HOW TO COMPLETE THIS TASK:
Please write out exactly the lines of the data below from the line holding "#48=AXIS2_PLACEMENT_3D('',#47,#36,#37);" through the line holding "#73=AXIS2_PLACEMENT_3D('',#72,#16,#17);", and leave out the rest.

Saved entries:
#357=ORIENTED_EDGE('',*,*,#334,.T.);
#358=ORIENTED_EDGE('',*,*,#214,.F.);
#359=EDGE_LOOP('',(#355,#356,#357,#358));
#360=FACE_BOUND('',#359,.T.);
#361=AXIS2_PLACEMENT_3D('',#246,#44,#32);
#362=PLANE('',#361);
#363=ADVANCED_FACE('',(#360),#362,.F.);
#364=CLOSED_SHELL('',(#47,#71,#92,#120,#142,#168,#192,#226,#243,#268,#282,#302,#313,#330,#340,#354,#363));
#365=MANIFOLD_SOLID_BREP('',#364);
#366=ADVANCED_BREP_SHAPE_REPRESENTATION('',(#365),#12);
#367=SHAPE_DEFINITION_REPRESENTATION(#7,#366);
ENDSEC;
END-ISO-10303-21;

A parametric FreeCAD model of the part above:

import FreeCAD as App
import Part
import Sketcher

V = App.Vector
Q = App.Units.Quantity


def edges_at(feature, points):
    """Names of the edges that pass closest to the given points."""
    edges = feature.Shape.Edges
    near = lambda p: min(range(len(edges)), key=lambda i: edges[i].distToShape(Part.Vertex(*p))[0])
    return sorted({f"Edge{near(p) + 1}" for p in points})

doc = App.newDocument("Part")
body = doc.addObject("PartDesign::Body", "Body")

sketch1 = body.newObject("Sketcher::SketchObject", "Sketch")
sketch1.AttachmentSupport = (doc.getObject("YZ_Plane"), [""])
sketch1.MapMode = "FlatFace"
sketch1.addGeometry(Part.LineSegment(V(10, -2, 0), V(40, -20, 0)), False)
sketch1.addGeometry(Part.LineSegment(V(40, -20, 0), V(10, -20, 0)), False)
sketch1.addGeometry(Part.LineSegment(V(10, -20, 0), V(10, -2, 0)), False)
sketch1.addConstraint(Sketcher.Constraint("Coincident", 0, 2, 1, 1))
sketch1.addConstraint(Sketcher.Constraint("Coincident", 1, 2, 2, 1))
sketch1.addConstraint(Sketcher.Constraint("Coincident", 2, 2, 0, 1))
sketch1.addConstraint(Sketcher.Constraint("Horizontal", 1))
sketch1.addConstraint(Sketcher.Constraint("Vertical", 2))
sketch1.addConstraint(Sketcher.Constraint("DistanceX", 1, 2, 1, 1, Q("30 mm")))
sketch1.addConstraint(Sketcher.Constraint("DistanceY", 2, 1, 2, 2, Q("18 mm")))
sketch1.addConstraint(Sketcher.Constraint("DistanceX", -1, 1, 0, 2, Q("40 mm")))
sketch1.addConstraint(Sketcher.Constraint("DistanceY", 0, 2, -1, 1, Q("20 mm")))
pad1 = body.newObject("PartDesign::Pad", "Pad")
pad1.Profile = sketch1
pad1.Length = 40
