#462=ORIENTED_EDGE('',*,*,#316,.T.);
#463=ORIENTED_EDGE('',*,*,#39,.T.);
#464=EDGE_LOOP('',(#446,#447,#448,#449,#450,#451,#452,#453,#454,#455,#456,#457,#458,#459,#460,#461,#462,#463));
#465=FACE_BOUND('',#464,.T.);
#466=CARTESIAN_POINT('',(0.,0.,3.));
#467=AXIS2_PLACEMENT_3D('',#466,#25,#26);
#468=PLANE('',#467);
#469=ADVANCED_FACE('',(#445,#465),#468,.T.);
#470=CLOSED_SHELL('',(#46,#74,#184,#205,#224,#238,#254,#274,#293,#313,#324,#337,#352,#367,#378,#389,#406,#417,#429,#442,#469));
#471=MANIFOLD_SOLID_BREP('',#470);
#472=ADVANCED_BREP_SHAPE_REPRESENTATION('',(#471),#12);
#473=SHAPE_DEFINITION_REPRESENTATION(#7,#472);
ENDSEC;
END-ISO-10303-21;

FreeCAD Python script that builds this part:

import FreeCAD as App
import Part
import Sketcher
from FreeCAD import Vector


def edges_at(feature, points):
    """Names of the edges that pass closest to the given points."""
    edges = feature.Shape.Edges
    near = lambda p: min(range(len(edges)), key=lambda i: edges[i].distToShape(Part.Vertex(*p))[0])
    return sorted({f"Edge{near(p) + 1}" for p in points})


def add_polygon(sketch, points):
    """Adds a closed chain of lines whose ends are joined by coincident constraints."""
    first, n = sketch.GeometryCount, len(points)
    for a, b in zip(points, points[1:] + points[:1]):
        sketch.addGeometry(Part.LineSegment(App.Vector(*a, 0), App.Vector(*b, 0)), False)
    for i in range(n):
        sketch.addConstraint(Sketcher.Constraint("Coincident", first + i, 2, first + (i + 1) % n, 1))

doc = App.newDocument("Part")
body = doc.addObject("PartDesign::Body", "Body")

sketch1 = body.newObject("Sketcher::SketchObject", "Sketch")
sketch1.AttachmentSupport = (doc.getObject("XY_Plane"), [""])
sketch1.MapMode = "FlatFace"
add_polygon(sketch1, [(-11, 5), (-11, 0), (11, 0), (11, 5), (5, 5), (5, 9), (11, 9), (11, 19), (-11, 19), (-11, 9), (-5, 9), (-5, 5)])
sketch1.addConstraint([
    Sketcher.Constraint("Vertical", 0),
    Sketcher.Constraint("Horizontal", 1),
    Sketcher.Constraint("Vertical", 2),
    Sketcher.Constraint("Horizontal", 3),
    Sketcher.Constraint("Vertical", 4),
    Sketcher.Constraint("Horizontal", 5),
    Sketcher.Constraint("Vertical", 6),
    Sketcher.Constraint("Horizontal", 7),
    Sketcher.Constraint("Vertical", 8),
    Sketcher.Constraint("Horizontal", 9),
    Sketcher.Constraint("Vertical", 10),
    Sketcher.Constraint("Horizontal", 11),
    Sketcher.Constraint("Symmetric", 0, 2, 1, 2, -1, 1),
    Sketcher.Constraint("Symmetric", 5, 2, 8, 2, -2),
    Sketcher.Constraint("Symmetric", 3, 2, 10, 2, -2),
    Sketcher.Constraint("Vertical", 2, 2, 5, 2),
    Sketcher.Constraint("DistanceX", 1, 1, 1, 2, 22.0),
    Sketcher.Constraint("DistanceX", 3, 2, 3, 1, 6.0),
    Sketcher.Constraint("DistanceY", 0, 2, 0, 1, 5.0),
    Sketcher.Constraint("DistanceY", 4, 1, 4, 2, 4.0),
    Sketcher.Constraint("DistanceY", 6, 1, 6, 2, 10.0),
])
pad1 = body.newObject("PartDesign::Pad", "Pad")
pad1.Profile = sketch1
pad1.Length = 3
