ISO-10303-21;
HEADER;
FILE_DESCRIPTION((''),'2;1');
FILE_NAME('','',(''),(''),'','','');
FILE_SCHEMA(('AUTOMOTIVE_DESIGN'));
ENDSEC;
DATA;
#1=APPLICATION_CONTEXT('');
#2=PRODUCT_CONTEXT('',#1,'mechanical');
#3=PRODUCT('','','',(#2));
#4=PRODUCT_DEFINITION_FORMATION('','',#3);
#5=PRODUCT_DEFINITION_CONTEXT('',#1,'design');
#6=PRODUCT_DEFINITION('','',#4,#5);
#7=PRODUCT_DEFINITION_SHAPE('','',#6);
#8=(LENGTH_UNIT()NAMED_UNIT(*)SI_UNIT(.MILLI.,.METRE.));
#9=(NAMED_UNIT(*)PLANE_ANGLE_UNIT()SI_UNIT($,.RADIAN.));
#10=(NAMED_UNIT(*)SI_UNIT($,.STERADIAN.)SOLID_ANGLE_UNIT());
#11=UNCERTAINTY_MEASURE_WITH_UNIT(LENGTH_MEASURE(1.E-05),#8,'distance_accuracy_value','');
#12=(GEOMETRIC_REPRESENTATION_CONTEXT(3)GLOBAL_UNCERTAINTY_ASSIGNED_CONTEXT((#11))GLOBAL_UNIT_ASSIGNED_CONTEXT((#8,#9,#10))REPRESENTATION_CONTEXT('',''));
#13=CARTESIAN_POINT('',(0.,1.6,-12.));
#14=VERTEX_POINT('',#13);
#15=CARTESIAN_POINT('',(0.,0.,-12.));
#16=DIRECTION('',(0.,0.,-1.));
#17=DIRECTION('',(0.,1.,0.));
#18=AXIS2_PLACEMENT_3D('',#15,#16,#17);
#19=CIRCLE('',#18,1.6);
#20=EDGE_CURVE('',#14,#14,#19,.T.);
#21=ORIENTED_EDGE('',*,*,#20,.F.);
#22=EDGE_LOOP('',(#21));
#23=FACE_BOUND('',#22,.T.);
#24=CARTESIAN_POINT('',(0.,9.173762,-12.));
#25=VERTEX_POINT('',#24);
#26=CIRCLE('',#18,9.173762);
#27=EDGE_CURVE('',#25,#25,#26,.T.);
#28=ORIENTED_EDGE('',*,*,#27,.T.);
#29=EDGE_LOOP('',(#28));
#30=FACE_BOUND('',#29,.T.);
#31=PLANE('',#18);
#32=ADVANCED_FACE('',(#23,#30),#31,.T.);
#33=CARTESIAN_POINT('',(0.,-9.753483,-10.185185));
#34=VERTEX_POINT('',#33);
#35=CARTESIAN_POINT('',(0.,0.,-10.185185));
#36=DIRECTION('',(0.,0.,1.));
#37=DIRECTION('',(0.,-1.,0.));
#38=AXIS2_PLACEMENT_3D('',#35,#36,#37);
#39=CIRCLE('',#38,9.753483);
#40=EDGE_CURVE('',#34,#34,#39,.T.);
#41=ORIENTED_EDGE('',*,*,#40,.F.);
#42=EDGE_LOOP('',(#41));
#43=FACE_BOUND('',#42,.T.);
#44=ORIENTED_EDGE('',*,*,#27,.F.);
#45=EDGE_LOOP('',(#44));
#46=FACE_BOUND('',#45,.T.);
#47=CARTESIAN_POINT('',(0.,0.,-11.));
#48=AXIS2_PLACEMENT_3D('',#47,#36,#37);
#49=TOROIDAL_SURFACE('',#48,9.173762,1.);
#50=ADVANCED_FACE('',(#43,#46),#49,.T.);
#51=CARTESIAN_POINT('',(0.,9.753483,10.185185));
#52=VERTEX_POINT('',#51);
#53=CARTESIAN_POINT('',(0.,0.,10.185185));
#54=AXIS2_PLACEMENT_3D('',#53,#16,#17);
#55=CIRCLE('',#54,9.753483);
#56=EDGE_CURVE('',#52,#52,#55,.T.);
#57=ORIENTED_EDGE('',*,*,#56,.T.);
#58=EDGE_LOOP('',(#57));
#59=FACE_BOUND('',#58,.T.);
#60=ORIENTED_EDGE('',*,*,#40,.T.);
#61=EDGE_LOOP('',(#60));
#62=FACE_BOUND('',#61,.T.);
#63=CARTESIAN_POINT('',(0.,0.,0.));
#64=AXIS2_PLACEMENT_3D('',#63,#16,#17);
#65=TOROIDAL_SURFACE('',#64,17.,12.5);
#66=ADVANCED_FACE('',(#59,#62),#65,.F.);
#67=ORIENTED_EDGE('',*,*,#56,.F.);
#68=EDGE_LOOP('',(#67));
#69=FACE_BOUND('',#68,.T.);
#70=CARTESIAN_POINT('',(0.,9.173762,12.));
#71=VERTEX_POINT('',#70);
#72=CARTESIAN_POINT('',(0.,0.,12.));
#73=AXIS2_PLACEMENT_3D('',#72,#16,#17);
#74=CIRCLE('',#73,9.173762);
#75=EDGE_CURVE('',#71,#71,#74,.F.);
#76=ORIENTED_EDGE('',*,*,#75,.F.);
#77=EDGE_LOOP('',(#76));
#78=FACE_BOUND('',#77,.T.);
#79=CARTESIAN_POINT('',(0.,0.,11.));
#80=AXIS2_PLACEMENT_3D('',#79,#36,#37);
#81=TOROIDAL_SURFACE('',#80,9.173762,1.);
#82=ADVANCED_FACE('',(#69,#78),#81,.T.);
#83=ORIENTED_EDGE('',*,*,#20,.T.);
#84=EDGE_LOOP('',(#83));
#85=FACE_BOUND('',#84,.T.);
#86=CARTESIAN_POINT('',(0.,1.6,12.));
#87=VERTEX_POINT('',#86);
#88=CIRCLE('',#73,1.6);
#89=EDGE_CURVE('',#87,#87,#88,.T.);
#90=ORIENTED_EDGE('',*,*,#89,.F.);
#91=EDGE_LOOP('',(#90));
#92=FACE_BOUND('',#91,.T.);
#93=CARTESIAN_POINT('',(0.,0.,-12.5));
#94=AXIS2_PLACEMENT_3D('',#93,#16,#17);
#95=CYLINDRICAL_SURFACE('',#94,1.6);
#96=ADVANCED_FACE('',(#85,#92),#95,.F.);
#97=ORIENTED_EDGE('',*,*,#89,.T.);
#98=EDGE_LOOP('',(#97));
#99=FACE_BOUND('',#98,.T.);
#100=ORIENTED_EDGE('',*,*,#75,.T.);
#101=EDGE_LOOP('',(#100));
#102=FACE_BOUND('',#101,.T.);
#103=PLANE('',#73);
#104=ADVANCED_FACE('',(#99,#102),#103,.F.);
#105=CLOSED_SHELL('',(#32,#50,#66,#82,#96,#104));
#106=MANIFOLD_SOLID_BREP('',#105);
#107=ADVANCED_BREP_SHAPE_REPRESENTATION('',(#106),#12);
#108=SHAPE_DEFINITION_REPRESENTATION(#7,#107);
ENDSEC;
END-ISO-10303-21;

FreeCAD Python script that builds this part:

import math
import FreeCAD as App
import Part
import Sketcher
from FreeCAD import Vector
Q = App.Units.Quantity


def edges_at(feature, points):
    """Names of the edges that pass closest to the given points."""
    edges = feature.Shape.Edges
    near = lambda p: min(range(len(edges)), key=lambda i: edges[i].distToShape(Part.Vertex(*p))[0])
    return sorted({f"Edge{near(p) + 1}" for p in points})

doc = App.newDocument("Part")
body = doc.addObject("PartDesign::Body", "Body")

# Sketch on YZ plane
sketch1 = doc.addObject("Sketcher::SketchObject", "Sketch")
body.addObject(sketch1)
sketch1.AttachmentSupport = (doc.YZ_Plane, [""])
sketch1.MapMode = "FlatFace"
sketch1.addGeometry(Part.LineSegment(Vector(1.6, -12, 0), Vector(13.5, -12, 0)), False)
sketch1.addGeometry(Part.ArcOfCircle(Part.Circle(Vector(17, 0, 0), Vector(0, 0, 1), 12.5), math.radians(106.260205), math.radians(253.739795)), False)
sketch1.addGeometry(Part.LineSegment(Vector(13.5, 12, 0), Vector(1.6, 12, 0)), False)
sketch1.addGeometry(Part.LineSegment(Vector(1.6, 12, 0), Vector(1.6, -12, 0)), False)
sketch1.addConstraint(Sketcher.Constraint("Coincident", 0, 2, 1, 2))
sketch1.addConstraint(Sketcher.Constraint("Coincident", 1, 1, 2, 1))
sketch1.addConstraint(Sketcher.Constraint("Coincident", 2, 2, 3, 1))
sketch1.addConstraint(Sketcher.Constraint("Coincident", 3, 2, 0, 1))
sketch1.addConstraint(Sketcher.Constraint("Horizontal", 0))
sketch1.addConstraint(Sketcher.Constraint("Horizontal", 2))
sketch1.addConstraint(Sketcher.Constraint("Vertical", 3))
sketch1.addConstraint(Sketcher.Constraint("Symmetric", 0, 2, 1, 1, -1))
sketch1.addConstraint(Sketcher.Constraint("Radius", 1, Q("12.5 mm")))
sketch1.addConstraint(Sketcher.Constraint("DistanceY", 3, 2, 3, 1, Q("24 mm")))
sketch1.addConstraint(Sketcher.Constraint("DistanceX", 0, 1, 0, 2, Q("11.9 mm")))
sketch1.addConstraint(Sketcher.Constraint("DistanceX", -1, 1, 1, 3, Q("17 mm")))
revolution = doc.addObject("PartDesign::Revolution", "Revolution")
body.addObject(revolution)
revolution.Profile = sketch1
revolution.ReferenceAxis = (sketch1, ["V_Axis"])
revolution.Angle = 360
doc.recompute()

fillet = doc.addObject("PartDesign::Fillet", "Fillet")
body.addObject(fillet)
fillet.Base = (revolution, edges_at(revolution, [(0, -13.5, 12), (0, -13.5, -12)]))
fillet.Radius = 1

doc.recompute()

OUTPUT OF THE EXERCISE:
#48=AXIS2_PLACEMENT_3D('',#47,#36,#37);
#49=TOROIDAL_SURFACE('',#48,9.173762,1.);
#50=ADVANCED_FACE('',(#43,#46),#49,.T.);
#51=CARTESIAN_POINT('',(0.,9.753483,10.185185));
#52=VERTEX_POINT('',#51);
#53=CARTESIAN_POINT('',(0.,0.,10.185185));
#54=AXIS2_PLACEMENT_3D('',#53,#16,#17);
#55=CIRCLE('',#54,9.753483);
#56=EDGE_CURVE('',#52,#52,#55,.T.);
#57=ORIENTED_EDGE('',*,*,#56,.T.);
#58=EDGE_LOOP('',(#57));
#59=FACE_BOUND('',#58,.T.);
#60=ORIENTED_EDGE('',*,*,#40,.T.);
#61=EDGE_LOOP('',(#60));
#62=FACE_BOUND('',#61,.T.);
#63=CARTESIAN_POINT('',(0.,0.,0.));
#64=AXIS2_PLACEMENT_3D('',#63,#16,#17);
#65=TOROIDAL_SURFACE('',#64,17.,12.5);
#66=ADVANCED_FACE('',(#59,#62),#65,.F.);
#67=ORIENTED_EDGE('',*,*,#56,.F.);
#68=EDGE_LOOP('',(#67));
#69=FACE_BOUND('',#68,.T.);
#70=CARTESIAN_POINT('',(0.,9.173762,12.));
#71=VERTEX_POINT('',#70);
#72=CARTESIAN_POINT('',(0.,0.,12.));
#73=AXIS2_PLACEMENT_3D('',#72,#16,#17);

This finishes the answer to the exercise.